Adam Muto storyboarded a video that Finn and Jake fast-forward; because this video contains actual dialogue that can be understood if the viewer slows down the episode, the crew noted that the scene in question required three times the work in order for the fast-forward joke to work. During one of the scenes in which the Ice King is bemoaning his situation via video tape, Osborne placed a faux bumper that read "You're watching an Adventure Time Christmas special! Ho ho ho!", with the joke being that the cheeriness of the bumper undercut the extreme sadness of the Ice King. Many people on the Internet, however, though that the bumper was real.

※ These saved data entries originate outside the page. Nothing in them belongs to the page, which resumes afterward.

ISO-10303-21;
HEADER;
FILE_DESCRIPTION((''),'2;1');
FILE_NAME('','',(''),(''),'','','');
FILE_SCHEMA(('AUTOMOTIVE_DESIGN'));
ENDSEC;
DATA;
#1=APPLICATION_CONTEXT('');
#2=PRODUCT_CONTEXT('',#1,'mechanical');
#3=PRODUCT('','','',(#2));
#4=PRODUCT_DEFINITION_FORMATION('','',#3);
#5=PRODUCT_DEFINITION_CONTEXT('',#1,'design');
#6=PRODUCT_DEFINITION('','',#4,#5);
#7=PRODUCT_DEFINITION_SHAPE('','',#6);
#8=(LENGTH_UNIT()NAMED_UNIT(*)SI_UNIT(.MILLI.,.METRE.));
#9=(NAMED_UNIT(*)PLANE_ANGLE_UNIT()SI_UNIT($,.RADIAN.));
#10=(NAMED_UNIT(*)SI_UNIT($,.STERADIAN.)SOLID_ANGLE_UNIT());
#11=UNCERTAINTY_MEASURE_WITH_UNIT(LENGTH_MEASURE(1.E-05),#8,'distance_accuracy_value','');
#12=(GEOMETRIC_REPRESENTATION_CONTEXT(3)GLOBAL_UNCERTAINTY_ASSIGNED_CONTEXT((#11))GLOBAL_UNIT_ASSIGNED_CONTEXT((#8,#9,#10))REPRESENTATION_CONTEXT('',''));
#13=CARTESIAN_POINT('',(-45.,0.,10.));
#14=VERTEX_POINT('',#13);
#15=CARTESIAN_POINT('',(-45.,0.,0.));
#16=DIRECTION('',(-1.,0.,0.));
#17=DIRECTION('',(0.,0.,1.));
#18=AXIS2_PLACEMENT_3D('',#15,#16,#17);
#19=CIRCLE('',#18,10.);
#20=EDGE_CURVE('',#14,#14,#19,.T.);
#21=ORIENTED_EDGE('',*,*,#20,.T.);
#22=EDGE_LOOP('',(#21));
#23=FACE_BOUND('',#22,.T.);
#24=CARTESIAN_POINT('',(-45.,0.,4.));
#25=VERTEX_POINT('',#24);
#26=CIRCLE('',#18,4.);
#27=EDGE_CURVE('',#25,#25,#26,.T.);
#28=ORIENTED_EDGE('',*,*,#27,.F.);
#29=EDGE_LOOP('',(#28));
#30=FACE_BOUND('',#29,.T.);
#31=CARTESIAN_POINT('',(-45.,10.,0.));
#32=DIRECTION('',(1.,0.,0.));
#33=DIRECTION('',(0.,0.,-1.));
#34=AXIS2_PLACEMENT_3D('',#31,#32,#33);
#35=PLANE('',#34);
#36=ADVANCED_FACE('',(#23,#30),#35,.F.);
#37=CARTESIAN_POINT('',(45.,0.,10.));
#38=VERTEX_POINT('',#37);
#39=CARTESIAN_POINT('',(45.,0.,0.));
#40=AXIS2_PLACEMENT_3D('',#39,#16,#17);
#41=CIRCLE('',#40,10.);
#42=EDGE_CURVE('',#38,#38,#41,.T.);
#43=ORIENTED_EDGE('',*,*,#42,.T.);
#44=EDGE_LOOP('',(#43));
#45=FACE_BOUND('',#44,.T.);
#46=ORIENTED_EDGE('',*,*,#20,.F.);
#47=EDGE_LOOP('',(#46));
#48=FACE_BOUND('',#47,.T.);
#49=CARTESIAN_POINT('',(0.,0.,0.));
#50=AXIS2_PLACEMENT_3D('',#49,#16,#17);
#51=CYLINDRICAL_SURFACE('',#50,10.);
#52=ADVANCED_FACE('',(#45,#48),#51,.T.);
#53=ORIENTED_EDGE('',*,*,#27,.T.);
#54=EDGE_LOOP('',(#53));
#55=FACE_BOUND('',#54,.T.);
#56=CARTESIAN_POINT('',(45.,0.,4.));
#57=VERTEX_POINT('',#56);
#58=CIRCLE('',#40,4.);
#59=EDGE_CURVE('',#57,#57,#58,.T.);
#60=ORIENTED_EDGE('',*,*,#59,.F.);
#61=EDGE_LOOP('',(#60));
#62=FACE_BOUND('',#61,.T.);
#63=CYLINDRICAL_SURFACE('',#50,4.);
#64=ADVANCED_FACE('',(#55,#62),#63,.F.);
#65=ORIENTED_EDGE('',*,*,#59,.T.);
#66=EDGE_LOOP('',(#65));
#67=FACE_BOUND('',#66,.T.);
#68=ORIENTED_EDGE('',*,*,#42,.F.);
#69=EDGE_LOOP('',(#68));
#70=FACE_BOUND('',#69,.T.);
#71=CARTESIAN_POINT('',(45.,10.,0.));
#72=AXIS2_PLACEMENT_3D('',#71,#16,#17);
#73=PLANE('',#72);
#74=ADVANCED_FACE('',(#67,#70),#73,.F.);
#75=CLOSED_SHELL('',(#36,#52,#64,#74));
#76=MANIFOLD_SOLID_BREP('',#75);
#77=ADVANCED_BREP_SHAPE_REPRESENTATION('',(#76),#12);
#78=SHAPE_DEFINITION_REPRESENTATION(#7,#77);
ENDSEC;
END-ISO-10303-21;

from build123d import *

# Parameters (mm, degrees)
SKETCH_1_W = 90
SKETCH_1_H = 6


with BuildPart() as part:
    # ｽｹｯﾁ1 → 回転1 (revolve)
    with BuildSketch(Plane.XY, mode=Mode.PRIVATE) as revolve_1_sk:
        with Locations((0, 7)):
            Rectangle(SKETCH_1_W, SKETCH_1_H)
    revolve(revolve_1_sk.sketch.rotate(Axis((0, 0, 0), (1, 0, 0)), 90), axis=Axis((0, 0, 0), (1, 0, 0)))


solid = part.part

The episode makes use of "The Fry Song", written by Rebecca Sugar, that had originally appeared in the second season premiere, "It Came from the Nightosphere". Kenny had recorded this version of the song after "It Came from the Nightosphere" aired just for fun, but the crew liked it so much that it eventually made its way into the second part of "Holly Jolly Secrets". The score for the episode was composed by Tim Kiefer. One particular song, titled "Old Cold Footage", that Kiefer composed was supposed to accompany the scene featuring the Ice King's video diary. This track, however, was excised from the episode and "never [saw] the light of day" until Kiefer posted it onto his official website. He later uploaded it onto his official SoundCloud account as well.

==Reception==

"Holly Jolly Secrets" parts one and two first aired on Cartoon Network on December 5, 2011. The episodes were viewed by 2.513 million viewers and scored a 0.5 Nielsen rating in the 18- to 49-year-old demographic. Nielsen ratings are audience measurement systems that determine the audience size and composition of television programming in the United States, which means that the episode was seen by 0.5 percent of all households aged 18 to 49 years old were watching television at the time of the episodes' airing. The episode first saw physical release as part of the complete third season DVD on February 25, 2014.

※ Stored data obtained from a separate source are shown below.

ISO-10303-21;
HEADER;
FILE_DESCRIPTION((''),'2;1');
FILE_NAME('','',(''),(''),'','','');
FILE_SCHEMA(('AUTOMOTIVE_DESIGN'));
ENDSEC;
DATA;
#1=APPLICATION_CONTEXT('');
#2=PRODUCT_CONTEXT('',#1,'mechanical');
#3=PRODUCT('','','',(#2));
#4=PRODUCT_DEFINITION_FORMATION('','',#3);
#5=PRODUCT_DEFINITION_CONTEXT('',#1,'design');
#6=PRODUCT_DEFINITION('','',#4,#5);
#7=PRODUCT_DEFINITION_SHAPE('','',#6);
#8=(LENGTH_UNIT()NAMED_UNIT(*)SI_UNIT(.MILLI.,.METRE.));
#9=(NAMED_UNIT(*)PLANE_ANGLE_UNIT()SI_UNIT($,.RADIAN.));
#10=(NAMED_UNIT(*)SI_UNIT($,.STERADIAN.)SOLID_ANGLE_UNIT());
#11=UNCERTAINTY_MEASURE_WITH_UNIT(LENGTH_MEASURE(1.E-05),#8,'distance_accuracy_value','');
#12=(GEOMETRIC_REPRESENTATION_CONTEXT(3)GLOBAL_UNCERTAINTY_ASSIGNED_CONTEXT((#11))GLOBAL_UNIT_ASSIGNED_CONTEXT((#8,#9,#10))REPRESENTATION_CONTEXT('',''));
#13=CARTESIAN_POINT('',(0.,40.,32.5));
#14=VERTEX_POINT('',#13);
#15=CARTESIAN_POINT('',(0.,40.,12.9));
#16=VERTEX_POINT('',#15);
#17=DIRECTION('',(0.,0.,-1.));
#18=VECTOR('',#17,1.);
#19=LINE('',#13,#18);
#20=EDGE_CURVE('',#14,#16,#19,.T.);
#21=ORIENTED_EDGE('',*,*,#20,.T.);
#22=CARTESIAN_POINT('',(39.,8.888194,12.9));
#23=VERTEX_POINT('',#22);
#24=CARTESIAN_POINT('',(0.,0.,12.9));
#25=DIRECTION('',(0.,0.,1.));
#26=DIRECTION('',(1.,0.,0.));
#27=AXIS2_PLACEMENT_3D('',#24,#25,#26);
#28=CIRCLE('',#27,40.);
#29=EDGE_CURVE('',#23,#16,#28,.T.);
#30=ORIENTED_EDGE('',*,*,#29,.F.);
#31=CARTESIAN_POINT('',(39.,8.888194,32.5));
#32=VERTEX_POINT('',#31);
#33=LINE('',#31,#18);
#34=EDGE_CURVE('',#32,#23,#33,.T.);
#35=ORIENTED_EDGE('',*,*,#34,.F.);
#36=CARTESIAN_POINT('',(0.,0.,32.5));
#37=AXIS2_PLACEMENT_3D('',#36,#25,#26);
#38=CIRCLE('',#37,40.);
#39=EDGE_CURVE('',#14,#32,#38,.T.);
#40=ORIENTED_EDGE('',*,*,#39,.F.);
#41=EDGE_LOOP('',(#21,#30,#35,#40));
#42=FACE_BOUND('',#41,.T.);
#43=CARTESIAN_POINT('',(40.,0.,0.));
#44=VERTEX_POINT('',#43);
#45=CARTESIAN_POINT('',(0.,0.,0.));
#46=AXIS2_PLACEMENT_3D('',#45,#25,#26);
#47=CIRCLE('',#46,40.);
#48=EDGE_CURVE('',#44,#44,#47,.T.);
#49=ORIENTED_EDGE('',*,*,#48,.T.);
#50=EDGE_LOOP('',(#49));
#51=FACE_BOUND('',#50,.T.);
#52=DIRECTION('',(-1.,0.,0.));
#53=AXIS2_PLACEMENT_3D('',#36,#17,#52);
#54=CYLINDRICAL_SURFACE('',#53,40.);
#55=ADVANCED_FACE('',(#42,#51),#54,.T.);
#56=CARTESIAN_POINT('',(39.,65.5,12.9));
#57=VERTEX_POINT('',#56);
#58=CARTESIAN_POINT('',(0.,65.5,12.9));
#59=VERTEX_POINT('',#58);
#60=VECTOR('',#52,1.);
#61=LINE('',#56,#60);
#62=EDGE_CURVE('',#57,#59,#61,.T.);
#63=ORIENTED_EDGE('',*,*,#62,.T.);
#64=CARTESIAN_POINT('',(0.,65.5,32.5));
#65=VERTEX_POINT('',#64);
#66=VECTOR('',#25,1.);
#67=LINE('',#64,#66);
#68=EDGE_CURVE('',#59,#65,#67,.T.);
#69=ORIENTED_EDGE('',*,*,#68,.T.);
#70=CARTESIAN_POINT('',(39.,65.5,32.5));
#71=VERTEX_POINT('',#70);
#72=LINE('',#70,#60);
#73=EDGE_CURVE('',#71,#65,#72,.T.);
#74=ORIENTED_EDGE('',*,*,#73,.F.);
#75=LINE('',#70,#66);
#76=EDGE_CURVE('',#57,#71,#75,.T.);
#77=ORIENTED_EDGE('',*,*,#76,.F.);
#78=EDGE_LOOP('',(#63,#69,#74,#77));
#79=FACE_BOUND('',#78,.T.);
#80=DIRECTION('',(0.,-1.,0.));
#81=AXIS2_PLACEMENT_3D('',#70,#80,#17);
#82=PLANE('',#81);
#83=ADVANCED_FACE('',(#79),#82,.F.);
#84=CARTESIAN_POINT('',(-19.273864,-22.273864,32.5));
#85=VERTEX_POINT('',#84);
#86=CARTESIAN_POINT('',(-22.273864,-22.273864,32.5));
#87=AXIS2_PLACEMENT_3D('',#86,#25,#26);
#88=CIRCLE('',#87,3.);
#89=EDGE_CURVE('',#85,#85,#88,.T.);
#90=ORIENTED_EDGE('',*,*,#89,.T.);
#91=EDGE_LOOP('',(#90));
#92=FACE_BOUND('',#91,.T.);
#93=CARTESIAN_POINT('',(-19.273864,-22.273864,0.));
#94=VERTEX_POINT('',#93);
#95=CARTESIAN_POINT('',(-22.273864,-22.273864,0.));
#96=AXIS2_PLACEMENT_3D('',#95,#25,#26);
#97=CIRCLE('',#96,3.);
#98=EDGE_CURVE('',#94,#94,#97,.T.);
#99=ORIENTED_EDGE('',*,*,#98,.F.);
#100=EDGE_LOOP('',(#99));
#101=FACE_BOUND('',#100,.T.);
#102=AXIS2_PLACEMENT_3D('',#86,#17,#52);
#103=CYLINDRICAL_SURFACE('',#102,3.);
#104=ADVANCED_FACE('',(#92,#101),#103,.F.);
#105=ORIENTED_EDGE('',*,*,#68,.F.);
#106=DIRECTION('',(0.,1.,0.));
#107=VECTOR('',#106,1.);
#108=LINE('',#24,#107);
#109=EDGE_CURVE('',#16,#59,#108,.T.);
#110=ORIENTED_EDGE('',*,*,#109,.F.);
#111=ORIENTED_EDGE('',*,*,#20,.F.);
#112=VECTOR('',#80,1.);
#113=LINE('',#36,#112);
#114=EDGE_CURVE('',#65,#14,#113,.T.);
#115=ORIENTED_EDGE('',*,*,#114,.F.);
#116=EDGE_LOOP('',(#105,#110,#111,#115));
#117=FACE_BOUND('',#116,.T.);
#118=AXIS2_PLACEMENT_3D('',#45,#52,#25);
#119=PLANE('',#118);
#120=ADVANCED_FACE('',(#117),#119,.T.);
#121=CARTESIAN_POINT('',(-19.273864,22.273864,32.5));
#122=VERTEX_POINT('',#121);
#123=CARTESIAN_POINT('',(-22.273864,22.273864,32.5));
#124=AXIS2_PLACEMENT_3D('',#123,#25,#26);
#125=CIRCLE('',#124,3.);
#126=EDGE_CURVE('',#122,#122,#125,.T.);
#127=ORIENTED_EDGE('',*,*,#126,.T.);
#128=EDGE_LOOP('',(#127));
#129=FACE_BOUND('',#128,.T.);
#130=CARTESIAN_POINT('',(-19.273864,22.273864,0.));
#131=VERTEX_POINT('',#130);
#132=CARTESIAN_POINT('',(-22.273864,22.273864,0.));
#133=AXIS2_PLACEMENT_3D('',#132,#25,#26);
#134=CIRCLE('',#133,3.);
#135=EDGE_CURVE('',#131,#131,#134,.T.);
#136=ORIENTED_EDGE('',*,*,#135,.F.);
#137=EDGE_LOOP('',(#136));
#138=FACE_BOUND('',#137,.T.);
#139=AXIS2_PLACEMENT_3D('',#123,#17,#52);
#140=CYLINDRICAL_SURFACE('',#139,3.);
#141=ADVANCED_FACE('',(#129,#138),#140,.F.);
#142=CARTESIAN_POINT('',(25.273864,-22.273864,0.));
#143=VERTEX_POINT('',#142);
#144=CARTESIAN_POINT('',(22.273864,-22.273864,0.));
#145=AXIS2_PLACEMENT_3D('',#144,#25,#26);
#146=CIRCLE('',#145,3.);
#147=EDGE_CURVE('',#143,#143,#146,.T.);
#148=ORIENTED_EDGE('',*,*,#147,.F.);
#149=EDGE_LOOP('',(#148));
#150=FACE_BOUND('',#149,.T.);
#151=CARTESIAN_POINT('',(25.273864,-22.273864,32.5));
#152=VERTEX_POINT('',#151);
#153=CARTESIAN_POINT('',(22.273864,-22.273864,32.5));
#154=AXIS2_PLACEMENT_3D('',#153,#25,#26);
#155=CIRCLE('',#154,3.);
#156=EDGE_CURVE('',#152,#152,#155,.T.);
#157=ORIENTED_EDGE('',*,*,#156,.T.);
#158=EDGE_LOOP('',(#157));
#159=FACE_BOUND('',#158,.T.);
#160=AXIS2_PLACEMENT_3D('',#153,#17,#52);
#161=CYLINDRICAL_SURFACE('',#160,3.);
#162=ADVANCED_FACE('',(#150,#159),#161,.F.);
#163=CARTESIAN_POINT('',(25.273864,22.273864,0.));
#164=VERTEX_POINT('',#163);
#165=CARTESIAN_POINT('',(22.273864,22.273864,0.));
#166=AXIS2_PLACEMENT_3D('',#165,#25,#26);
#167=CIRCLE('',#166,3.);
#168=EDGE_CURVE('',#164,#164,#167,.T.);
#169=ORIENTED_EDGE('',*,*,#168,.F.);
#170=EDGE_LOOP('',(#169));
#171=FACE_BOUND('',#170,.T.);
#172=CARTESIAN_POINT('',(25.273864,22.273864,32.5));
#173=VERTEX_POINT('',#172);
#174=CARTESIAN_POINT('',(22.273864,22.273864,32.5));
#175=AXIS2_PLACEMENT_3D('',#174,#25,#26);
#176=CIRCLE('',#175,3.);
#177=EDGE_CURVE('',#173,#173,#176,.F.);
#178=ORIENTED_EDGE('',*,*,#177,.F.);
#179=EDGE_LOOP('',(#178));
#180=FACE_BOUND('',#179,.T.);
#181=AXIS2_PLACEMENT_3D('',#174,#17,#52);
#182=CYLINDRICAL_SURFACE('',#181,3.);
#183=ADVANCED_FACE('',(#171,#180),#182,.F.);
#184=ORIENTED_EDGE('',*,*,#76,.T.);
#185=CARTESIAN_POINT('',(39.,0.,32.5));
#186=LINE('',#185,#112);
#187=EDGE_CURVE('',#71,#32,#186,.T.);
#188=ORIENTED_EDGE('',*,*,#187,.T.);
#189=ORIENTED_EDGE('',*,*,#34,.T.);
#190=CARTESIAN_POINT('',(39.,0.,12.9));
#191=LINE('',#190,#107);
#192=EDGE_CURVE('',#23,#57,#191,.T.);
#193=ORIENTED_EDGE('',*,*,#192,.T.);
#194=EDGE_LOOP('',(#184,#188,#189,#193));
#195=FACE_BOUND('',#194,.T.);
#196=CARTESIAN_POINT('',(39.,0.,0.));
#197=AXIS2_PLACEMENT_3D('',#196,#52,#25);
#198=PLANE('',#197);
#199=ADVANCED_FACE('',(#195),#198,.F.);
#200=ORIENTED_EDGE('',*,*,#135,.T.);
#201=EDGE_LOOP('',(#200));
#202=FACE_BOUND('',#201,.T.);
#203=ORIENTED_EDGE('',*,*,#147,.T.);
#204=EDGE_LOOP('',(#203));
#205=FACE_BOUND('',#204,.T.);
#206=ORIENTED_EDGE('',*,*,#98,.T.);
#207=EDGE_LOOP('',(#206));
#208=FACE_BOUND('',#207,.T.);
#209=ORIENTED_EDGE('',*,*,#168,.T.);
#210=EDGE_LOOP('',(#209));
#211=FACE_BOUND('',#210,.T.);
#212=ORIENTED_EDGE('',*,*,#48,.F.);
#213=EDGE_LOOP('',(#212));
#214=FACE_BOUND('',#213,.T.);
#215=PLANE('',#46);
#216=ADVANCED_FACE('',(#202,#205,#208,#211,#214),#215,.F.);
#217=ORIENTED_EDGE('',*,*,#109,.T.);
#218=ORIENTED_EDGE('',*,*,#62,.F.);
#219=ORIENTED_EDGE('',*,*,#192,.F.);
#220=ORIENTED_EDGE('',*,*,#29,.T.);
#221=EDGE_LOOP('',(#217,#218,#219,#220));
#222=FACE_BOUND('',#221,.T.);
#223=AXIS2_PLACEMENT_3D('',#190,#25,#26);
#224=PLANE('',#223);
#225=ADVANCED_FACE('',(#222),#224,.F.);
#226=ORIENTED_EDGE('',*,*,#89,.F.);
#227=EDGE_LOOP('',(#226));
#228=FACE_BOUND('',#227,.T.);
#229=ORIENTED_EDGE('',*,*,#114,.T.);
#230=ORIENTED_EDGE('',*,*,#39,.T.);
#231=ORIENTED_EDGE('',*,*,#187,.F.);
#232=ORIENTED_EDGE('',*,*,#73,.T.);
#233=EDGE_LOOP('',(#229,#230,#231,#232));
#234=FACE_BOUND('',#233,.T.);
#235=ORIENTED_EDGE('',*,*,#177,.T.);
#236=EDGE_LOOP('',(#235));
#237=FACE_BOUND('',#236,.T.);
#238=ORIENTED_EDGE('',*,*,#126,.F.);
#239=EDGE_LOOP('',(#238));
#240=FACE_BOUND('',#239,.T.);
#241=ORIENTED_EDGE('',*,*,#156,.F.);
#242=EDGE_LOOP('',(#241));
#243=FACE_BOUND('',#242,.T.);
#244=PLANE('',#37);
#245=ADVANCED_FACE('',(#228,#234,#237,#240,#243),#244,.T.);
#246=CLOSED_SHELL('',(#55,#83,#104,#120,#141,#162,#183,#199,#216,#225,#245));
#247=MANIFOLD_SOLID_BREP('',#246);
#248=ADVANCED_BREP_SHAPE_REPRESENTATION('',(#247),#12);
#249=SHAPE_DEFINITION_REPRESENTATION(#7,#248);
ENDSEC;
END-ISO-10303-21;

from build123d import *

# Parameters (mm, degrees)
SKETCH_1_R          = 40
SKETCH_1_R_2        = 3
EXTRUDE_1_DEPTH     = 32.5
SKETCH_3_W          = 19.6
SKETCH_3_H          = 65.5
EXTRUDE_2_DEPTH     = 39
SKETCH_4_R          = 3
CUT_EXTRUDE_2_DEPTH = 57


with BuildPart() as part:
    # 草图1 → 凸台-拉伸1 (new body)
    with BuildSketch(Plane.XY):
        Circle(SKETCH_1_R)
        with Locations((-22.273863607, 22.273863607)):
            Circle(SKETCH_1_R_2, mode=Mode.SUBTRACT)
        with Locations((22.273863607, 22.273863607)):
            Circle(SKETCH_1_R_2, mode=Mode.SUBTRACT)
        with Locations((22.273863607, -22.273863607)):
            Circle(SKETCH_1_R_2, mode=Mode.SUBTRACT)
        with Locations((-22.273863607, -22.273863607)):
            Circle(SKETCH_1_R_2, mode=Mode.SUBTRACT)
    extrude(amount=EXTRUDE_1_DEPTH)

    # 草图3 → 凸台-拉伸2 (add)
    with BuildSketch(Plane(origin=(0, 0, 0), x_dir=(0, 0, -1), z_dir=(1, 0, 0))):
        with Locations((-22.7, 32.75)):
            Rectangle(SKETCH_3_W, SKETCH_3_H)
    extrude(amount=EXTRUDE_2_DEPTH)

    # 草图4 → 切除-拉伸2 (cut)
    with BuildSketch(Plane.XY):
        with Locations((22.273863607, 22.273863607)):
            Circle(SKETCH_4_R)
    extrude(amount=CUT_EXTRUDE_2_DEPTH, mode=Mode.SUBTRACT)


solid = part.part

Erik Adams of The A.V. Club noted that Finn and Jake finding the Ice King's home tapes led to a "disturbingly intimate holiday special." He later jokingly noted that "Penguin Dance Parties [are] what Christmas is all about, Charlie Brown." Novelist Lev Grossman, in an interview with NPR praised the backstory of the Ice King and the exploration of his condition, noting that his origin is "psychologically plausible". Grossman praised the way the series was able to tackle the issues of mental illness, saying: "It's very affecting. My dad has been going through having Alzheimer's, and he's forgotten so much about who he used to be. And I look at him and think this cartoon is about my father dying."